The `allow_http=true` flag is required because LocalStack does not
serve TLS by default.

## Scope (v0)

- Six storage backends: `memory://`, `file://`, `s3://`, `gs://`,
  `az://`. All five non-memory backends share the same manifest CAS
  protocol (`If-Match` on object stores, `flock` + atomic rename on
  the filesystem) and the same single-writer-per-namespace epoch
  fencing.
- Synchronous Python API + async coroutine API (`acypher`). Under the
  hood every call drives a tokio runtime owned by the `Client`; the
  first call you make per process pays the bootstrap cost.
- The same SST + bloom cache used by the Rust read path
  ([`SstCache`](../namidb-storage/src/cache.rs)) is exposed via
  `client.cache_stats()` so application-level dashboards can graph
  hit rate.
- Cypher coverage matches the Rust engine: LDBC SNB Interactive IC01
  through IC12, factorized execution toggleable via
  `NAMIDB_FACTORIZE=1`. See the project [`README`](../../README.md)
  for the engine's surface and the RFCs in [`docs/rfc/`](../../docs/rfc/)
  for design details.

## Running the integration test (optional)

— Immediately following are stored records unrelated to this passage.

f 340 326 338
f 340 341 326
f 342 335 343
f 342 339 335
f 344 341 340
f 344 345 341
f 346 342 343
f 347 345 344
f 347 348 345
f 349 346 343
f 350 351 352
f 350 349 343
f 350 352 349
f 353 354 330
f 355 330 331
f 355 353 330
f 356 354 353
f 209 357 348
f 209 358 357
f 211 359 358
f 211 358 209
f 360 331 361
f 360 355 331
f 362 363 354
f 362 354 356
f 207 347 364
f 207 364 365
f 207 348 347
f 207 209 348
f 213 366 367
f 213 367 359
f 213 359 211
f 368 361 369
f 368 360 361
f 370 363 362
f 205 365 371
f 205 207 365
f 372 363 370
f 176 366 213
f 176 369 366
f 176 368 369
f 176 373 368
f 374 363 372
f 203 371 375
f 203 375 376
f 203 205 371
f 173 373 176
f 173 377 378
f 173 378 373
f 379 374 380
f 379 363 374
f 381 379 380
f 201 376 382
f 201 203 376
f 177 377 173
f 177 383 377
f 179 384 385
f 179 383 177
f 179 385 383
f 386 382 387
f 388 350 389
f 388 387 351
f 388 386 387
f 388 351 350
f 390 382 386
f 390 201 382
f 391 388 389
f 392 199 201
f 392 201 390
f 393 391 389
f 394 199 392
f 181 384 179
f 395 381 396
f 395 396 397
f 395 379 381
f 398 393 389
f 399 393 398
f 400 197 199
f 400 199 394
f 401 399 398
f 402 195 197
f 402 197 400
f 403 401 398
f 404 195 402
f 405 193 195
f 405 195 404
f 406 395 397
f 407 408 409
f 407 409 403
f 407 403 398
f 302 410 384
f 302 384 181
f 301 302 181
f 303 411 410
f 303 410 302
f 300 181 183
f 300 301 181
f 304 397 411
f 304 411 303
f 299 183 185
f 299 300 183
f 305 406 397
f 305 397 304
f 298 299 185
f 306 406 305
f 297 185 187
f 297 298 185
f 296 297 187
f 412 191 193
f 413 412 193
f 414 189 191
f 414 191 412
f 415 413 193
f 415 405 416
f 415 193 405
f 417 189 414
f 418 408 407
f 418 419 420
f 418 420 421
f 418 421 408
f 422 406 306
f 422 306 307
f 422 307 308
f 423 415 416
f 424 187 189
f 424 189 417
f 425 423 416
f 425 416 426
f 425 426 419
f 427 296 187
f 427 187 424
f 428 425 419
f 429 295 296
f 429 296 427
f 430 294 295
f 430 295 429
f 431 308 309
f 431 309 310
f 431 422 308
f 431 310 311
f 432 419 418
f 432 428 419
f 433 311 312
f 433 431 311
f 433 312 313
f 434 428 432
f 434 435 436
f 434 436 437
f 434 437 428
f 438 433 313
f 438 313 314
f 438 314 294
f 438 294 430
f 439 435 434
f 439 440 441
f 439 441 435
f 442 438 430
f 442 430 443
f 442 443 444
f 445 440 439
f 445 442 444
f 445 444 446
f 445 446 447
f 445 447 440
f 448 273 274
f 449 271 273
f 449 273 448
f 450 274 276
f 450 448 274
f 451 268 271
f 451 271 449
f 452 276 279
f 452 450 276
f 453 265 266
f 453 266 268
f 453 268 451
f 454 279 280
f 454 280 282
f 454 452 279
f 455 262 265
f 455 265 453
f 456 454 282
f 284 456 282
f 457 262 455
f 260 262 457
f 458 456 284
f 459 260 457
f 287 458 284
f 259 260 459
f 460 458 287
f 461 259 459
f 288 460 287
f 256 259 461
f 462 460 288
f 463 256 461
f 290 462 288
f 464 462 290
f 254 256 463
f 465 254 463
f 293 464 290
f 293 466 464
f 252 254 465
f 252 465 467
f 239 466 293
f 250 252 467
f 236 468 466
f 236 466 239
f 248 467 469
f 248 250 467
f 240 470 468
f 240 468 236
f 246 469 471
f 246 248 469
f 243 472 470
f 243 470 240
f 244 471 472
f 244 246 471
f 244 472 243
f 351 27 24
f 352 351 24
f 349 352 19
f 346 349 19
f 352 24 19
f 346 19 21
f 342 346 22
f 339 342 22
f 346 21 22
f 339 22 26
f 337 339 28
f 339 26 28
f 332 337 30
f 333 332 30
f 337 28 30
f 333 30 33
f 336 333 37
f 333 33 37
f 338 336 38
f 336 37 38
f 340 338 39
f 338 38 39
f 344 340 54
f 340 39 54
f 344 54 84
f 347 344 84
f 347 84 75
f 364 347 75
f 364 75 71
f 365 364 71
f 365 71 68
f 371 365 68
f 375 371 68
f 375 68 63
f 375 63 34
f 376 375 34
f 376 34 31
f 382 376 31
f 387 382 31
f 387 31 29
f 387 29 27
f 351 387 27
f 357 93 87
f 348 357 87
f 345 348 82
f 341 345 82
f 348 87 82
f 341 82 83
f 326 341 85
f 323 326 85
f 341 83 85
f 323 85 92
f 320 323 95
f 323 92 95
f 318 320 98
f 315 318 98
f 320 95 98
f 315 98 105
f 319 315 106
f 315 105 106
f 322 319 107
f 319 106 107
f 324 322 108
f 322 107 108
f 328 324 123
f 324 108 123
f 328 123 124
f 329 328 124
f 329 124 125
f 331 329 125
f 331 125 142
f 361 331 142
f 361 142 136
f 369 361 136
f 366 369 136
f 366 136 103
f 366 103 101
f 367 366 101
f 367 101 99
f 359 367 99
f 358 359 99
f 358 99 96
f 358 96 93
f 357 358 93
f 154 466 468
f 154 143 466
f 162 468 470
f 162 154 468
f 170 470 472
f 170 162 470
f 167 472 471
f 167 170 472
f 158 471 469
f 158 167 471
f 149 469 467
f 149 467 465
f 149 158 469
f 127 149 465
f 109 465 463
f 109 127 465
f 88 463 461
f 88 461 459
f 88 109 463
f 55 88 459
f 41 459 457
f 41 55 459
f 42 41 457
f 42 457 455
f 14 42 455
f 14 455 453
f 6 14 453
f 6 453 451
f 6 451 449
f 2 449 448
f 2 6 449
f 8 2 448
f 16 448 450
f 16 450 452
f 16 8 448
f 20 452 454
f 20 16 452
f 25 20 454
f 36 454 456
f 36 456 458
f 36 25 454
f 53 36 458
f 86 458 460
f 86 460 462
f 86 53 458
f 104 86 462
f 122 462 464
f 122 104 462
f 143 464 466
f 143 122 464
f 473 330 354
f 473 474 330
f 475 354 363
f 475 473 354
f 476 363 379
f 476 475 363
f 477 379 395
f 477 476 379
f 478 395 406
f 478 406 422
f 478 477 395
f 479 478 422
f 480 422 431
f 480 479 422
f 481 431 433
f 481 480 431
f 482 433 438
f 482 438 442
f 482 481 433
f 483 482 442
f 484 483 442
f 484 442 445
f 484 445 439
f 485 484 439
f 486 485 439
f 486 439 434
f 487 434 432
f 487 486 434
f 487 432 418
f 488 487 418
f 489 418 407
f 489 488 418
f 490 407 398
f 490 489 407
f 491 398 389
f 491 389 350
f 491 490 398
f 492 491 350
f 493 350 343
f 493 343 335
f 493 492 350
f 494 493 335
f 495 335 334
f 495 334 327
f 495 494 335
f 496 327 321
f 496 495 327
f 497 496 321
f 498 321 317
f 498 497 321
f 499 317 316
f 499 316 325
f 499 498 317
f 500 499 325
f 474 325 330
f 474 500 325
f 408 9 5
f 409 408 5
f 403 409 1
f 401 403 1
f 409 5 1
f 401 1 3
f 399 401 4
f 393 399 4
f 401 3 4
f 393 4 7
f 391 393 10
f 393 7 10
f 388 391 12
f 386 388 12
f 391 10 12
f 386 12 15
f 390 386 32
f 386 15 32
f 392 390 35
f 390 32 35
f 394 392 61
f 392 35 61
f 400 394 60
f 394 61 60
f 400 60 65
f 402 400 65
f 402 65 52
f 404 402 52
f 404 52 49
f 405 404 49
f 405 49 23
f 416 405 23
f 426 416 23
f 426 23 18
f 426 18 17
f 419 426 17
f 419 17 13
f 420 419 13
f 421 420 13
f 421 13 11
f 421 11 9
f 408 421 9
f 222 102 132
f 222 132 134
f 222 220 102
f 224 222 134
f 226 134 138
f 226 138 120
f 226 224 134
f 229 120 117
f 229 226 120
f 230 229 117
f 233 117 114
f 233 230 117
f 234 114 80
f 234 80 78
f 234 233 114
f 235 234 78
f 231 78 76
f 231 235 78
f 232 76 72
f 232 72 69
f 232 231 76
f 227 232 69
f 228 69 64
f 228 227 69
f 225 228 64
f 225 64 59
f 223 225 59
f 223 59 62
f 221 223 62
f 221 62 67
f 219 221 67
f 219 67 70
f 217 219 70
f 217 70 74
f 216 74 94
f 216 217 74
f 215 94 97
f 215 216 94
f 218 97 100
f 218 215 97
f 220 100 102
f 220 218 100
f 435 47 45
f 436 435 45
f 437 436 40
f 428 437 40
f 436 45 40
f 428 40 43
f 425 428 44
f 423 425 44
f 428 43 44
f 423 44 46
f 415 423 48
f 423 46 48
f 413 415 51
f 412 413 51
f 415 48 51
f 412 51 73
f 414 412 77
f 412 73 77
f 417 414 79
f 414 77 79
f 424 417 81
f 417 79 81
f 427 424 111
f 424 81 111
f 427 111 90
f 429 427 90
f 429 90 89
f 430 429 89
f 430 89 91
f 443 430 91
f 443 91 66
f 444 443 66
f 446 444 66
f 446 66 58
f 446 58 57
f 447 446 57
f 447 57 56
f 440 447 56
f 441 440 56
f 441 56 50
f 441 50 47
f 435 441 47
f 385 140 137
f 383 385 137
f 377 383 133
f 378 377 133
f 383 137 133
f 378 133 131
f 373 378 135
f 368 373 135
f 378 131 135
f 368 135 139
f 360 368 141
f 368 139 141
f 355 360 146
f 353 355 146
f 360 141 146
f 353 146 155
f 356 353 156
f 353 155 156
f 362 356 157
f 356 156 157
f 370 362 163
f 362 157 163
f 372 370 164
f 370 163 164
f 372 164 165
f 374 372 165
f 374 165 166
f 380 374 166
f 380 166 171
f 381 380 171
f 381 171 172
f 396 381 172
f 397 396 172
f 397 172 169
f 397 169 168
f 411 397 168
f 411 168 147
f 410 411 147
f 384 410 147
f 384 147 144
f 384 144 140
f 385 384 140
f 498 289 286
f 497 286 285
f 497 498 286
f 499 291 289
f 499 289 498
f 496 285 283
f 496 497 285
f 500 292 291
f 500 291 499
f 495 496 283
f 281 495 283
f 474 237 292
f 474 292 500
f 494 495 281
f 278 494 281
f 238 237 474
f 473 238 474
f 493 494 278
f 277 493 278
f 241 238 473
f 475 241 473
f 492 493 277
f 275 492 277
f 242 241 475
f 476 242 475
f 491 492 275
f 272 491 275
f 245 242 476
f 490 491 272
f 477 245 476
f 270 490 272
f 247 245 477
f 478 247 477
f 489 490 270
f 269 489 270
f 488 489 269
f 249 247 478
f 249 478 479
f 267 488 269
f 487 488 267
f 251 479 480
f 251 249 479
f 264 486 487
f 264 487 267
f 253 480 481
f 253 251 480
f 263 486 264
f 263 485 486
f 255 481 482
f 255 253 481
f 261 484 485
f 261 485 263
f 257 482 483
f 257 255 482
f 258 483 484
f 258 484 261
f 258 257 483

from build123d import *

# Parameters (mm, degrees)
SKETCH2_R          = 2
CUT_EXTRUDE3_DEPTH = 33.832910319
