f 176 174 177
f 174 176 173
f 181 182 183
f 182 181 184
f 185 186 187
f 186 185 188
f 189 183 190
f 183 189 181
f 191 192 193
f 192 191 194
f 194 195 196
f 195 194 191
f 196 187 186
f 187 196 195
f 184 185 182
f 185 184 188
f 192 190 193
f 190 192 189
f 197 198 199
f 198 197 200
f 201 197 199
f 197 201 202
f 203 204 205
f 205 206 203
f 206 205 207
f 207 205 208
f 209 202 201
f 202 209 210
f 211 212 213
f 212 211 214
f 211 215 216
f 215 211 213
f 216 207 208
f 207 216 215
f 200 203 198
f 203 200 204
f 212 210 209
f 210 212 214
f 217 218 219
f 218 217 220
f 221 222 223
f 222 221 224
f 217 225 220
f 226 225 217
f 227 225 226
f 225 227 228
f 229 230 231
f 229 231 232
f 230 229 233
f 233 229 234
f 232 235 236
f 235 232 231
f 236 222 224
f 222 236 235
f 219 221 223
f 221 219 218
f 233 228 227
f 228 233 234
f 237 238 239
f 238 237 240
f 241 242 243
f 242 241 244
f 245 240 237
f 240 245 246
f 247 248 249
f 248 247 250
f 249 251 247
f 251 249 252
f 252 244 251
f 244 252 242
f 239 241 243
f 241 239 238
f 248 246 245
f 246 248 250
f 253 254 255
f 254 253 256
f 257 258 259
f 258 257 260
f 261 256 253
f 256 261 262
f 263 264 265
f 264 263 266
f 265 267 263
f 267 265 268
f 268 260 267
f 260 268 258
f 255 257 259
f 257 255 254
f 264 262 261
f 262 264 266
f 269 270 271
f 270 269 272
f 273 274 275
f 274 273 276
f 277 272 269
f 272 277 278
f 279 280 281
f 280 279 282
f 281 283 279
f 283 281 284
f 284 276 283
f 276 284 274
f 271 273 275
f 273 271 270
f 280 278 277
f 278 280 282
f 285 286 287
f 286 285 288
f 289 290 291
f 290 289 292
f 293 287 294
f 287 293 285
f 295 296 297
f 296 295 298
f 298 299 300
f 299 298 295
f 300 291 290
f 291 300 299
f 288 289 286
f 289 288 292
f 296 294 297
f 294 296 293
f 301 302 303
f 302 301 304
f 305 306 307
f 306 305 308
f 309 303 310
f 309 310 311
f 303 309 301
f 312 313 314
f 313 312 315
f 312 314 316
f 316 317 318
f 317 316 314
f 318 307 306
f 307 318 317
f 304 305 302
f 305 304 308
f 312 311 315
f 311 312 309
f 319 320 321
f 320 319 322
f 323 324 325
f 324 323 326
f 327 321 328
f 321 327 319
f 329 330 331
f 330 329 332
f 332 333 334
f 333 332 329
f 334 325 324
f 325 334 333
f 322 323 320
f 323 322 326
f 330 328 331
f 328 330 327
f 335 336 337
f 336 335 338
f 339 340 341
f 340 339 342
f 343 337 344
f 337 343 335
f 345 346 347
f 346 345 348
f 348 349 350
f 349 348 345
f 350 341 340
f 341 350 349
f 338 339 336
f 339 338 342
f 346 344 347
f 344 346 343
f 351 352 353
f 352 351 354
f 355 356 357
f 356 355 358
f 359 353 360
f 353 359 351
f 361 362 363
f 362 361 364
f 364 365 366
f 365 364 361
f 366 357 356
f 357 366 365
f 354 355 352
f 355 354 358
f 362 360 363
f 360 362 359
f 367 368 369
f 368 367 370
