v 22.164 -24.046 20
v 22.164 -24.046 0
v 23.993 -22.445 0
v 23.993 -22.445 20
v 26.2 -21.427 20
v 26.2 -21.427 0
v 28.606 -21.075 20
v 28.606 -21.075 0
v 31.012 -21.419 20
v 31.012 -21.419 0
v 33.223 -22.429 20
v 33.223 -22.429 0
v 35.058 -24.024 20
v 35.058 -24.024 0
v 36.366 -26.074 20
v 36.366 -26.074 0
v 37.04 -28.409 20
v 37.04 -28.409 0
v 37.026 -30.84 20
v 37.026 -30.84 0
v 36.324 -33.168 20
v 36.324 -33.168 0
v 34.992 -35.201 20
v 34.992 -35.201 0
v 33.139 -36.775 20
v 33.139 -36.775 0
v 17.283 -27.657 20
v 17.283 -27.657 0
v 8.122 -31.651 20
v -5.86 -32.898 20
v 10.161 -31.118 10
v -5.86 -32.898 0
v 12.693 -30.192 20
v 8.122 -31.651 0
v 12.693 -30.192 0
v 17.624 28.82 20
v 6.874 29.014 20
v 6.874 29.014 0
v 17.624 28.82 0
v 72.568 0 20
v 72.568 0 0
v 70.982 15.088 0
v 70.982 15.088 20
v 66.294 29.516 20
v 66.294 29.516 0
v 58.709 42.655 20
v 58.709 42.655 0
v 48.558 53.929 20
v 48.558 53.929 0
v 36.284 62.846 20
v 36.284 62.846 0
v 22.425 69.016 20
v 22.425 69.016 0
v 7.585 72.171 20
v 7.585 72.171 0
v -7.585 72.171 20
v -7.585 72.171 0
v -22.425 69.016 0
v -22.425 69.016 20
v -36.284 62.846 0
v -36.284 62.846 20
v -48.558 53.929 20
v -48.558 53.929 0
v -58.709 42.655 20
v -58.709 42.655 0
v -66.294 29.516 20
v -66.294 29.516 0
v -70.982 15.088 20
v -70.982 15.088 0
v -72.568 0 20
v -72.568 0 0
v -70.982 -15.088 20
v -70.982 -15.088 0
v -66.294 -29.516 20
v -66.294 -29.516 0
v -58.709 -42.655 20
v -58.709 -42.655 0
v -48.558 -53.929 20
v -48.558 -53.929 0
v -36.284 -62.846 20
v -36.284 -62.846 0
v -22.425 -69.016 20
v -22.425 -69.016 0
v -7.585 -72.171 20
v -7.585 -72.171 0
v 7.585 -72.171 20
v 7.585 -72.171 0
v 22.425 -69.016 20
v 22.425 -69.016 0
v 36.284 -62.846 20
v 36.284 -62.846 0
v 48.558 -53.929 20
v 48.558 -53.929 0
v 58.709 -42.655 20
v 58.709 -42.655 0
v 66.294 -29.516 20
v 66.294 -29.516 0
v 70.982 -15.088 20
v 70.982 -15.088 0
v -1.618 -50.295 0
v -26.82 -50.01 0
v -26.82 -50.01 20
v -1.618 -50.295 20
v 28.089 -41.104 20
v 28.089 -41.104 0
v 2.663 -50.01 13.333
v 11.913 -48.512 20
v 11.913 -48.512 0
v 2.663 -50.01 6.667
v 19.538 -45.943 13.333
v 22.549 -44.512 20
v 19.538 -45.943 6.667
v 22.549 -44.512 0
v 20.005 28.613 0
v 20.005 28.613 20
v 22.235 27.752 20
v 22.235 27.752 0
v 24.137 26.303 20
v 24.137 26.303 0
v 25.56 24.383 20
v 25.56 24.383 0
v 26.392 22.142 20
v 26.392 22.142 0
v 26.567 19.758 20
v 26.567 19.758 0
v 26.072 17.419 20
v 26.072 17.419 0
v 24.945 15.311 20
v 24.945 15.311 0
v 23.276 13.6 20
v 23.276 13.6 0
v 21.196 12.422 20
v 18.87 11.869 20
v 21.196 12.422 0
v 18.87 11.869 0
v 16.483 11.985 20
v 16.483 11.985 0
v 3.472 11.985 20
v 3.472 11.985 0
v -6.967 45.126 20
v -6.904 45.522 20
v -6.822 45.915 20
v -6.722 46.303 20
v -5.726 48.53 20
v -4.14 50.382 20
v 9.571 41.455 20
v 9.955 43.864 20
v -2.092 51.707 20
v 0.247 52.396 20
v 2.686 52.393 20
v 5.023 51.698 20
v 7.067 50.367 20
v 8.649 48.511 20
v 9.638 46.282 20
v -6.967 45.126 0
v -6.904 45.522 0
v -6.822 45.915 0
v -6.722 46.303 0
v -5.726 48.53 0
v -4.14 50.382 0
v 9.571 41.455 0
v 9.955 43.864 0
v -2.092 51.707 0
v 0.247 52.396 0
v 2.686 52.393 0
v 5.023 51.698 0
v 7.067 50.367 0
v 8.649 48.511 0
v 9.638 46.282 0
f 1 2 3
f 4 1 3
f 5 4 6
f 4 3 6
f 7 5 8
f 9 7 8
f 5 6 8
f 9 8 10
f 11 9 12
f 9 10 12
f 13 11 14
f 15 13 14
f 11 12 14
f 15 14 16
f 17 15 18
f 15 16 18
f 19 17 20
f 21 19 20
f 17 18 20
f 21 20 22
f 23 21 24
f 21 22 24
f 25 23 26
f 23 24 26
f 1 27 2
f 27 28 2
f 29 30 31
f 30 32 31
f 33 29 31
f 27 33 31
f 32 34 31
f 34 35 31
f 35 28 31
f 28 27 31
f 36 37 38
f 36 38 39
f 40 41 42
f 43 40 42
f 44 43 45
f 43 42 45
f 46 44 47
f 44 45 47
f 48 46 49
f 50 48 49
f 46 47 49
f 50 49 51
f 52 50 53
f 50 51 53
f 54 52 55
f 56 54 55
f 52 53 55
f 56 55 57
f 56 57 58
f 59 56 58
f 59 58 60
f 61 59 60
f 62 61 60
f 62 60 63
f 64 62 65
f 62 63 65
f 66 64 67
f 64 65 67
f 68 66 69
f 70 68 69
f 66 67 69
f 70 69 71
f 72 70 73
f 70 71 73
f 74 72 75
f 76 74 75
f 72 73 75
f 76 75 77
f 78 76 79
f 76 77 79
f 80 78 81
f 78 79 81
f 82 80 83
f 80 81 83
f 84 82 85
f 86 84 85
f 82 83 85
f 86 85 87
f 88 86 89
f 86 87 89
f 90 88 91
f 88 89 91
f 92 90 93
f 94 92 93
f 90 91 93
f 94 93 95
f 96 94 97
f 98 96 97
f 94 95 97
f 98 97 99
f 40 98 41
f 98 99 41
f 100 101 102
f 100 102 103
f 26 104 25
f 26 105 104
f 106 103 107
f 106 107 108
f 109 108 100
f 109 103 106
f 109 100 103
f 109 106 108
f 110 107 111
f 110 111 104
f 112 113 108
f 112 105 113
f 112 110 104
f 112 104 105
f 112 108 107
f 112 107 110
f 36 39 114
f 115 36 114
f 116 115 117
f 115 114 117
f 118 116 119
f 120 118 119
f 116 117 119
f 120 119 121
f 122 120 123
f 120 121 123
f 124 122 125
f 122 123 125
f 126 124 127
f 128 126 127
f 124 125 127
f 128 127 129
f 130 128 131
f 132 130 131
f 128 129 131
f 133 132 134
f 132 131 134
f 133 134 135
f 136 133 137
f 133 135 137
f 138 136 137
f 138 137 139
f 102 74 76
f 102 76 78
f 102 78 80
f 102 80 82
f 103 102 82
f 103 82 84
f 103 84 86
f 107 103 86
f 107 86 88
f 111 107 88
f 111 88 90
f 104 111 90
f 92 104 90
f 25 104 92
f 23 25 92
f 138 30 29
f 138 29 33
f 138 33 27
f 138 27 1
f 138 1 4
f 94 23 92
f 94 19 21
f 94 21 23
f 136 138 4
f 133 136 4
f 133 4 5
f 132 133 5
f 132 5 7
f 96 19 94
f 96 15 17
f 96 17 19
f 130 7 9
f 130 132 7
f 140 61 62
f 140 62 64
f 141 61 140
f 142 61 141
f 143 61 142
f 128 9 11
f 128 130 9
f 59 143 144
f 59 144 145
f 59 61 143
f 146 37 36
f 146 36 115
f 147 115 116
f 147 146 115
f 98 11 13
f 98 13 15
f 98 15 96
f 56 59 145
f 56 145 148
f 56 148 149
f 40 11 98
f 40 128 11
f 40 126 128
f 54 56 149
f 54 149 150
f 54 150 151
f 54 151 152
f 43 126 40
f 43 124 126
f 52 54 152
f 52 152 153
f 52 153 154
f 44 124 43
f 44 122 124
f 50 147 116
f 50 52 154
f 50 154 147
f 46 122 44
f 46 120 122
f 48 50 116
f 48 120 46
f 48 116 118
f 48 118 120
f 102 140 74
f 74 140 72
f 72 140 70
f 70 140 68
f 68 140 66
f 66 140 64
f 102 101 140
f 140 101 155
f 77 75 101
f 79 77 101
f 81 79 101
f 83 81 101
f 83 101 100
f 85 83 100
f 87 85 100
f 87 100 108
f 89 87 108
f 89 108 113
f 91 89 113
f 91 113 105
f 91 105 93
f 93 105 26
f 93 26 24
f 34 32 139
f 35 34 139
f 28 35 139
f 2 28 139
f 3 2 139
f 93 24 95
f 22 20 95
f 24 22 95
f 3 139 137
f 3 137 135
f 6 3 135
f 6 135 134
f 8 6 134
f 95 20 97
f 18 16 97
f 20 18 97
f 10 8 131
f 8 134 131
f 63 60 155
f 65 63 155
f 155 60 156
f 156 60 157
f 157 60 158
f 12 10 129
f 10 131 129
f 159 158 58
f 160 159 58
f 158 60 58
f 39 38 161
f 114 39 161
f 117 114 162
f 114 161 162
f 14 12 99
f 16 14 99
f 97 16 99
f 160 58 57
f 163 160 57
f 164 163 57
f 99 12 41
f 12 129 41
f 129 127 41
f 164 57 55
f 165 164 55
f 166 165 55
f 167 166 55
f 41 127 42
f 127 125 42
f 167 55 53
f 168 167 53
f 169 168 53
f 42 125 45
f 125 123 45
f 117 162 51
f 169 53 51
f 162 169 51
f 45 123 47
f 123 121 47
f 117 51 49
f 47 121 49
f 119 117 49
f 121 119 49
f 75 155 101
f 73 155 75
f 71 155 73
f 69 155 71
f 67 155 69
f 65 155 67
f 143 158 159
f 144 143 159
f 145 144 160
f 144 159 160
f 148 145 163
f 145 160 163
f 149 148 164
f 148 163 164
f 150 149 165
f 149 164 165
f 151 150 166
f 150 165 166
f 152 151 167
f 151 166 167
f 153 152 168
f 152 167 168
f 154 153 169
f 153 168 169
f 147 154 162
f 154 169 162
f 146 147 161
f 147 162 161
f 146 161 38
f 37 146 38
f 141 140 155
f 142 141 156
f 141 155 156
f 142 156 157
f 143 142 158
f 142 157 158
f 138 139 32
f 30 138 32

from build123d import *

# Parameters (mm, degrees)
F0_R     = 72.5682102396
F1_DEPTH = 20


with BuildPart() as f1:
    # F0 (on Top) → F1 (new body)
    with BuildSketch(Plane.XY):
        Circle(F0_R)
        with BuildLine():
            ThreePointArc((22.1639949501, -24.0462341013), (35.0578120406, -24.024439202), (33.1385050428, -36.7746256645))
            add(Edge.make_bspline(
                [(-26.8195513636, -50.0101186335), (-16.3397293577, -50.3620265328), (2.2569416099, -51.0958463241), (19.6306451708, -46.8878952171), (29.1549246758, -40.8179573715), (33.1385050428, -36.7746256645)],
                knots=[0, 0, 0, 0, 0.3979017019, 0.7032152945, 1, 1, 1, 1], degree=3))
            Line((-26.8195513636, -50.0101186335), (-6.967373221, 45.1261032148))
            ThreePointArc((-6.967373221, 45.1261032148), (-6.8654000382, 45.7190077179), (-6.7217441894, 46.303214254))
            ThreePointArc((-6.7217441894, 46.303214254), (3.8794477521, 52.1297184336), (9.5709745897, 41.4554529416))
            Line((9.5709745897, 41.4554529416), (6.8737706169, 29.0141291916))
            Line((6.8737706169, 29.0141291916), (17.6235703774, 28.8198585581))
            ThreePointArc((17.6235703774, 28.8198585581), (26.5673663066, 19.7578688539), (16.4828933265, 11.9851892814))
            Line((16.4828933265, 11.9851892814), (3.4721444827, 11.9851892814))
            Line((3.4721444827, 11.9851892814), (-5.8604949154, -32.8977927566))
            add(Edge.make_bspline(
                [(-5.8604949154, -32.8977927566), (-0.251077846, -32.8079528339), (10.9390044639, -32.2469206836), (17.7138596773, -27.5571513921), (22.1639949501, -24.0462341013)],
                knots=[0, 0, 0, 0, 0.5182413567, 1, 1, 1, 1], degree=3))
        make_face(mode=Mode.SUBTRACT)
    extrude(amount=F1_DEPTH)


solid = f1.part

The pytest suite under `tests/` ships a LocalStack round-trip test
that is `@pytest.mark.skipif`-guarded on the
`NAMIDB_TEST_LOCALSTACK_BUCKET` env var. To enable it:

```bash
docker run -p 4566:4566 -e SERVICES=s3 localstack/localstack &
aws --endpoint-url=http://localhost:4566 s3 mb s3://namidb-it
export NAMIDB_TEST_LOCALSTACK_BUCKET=namidb-it
export AWS_ACCESS_KEY_ID=test AWS_SECRET_ACCESS_KEY=test
.venv/bin/pytest tests/test_uri.py::test_s3_localstack_round_trip -v
```

## Releasing to PyPI

1. Bump `version` in `crates/namidb-py/pyproject.toml` and
   `crates/namidb-py/Cargo.toml` (they must match).
2. Update `CHANGELOG.md` (or this README's release notes section).
3. Commit, then tag and push:
   ```bash
   git tag py-v0.2.0
   git push origin py-v0.2.0
   ```
4. `python-wheels.yml` builds 4 wheels (Linux x86_64/aarch64, macOS
   arm64, Windows x86_64) + sdist, smoke-tests one wheel on Python
   3.9 and 3.13, then publishes to PyPI via OIDC trusted publishing
   (configured once per account at
   https://pypi.org/manage/account/publishing/).

`py-v*` tag prefix keeps Python releases separate from any future
`v*` tags that mark engine / crate releases.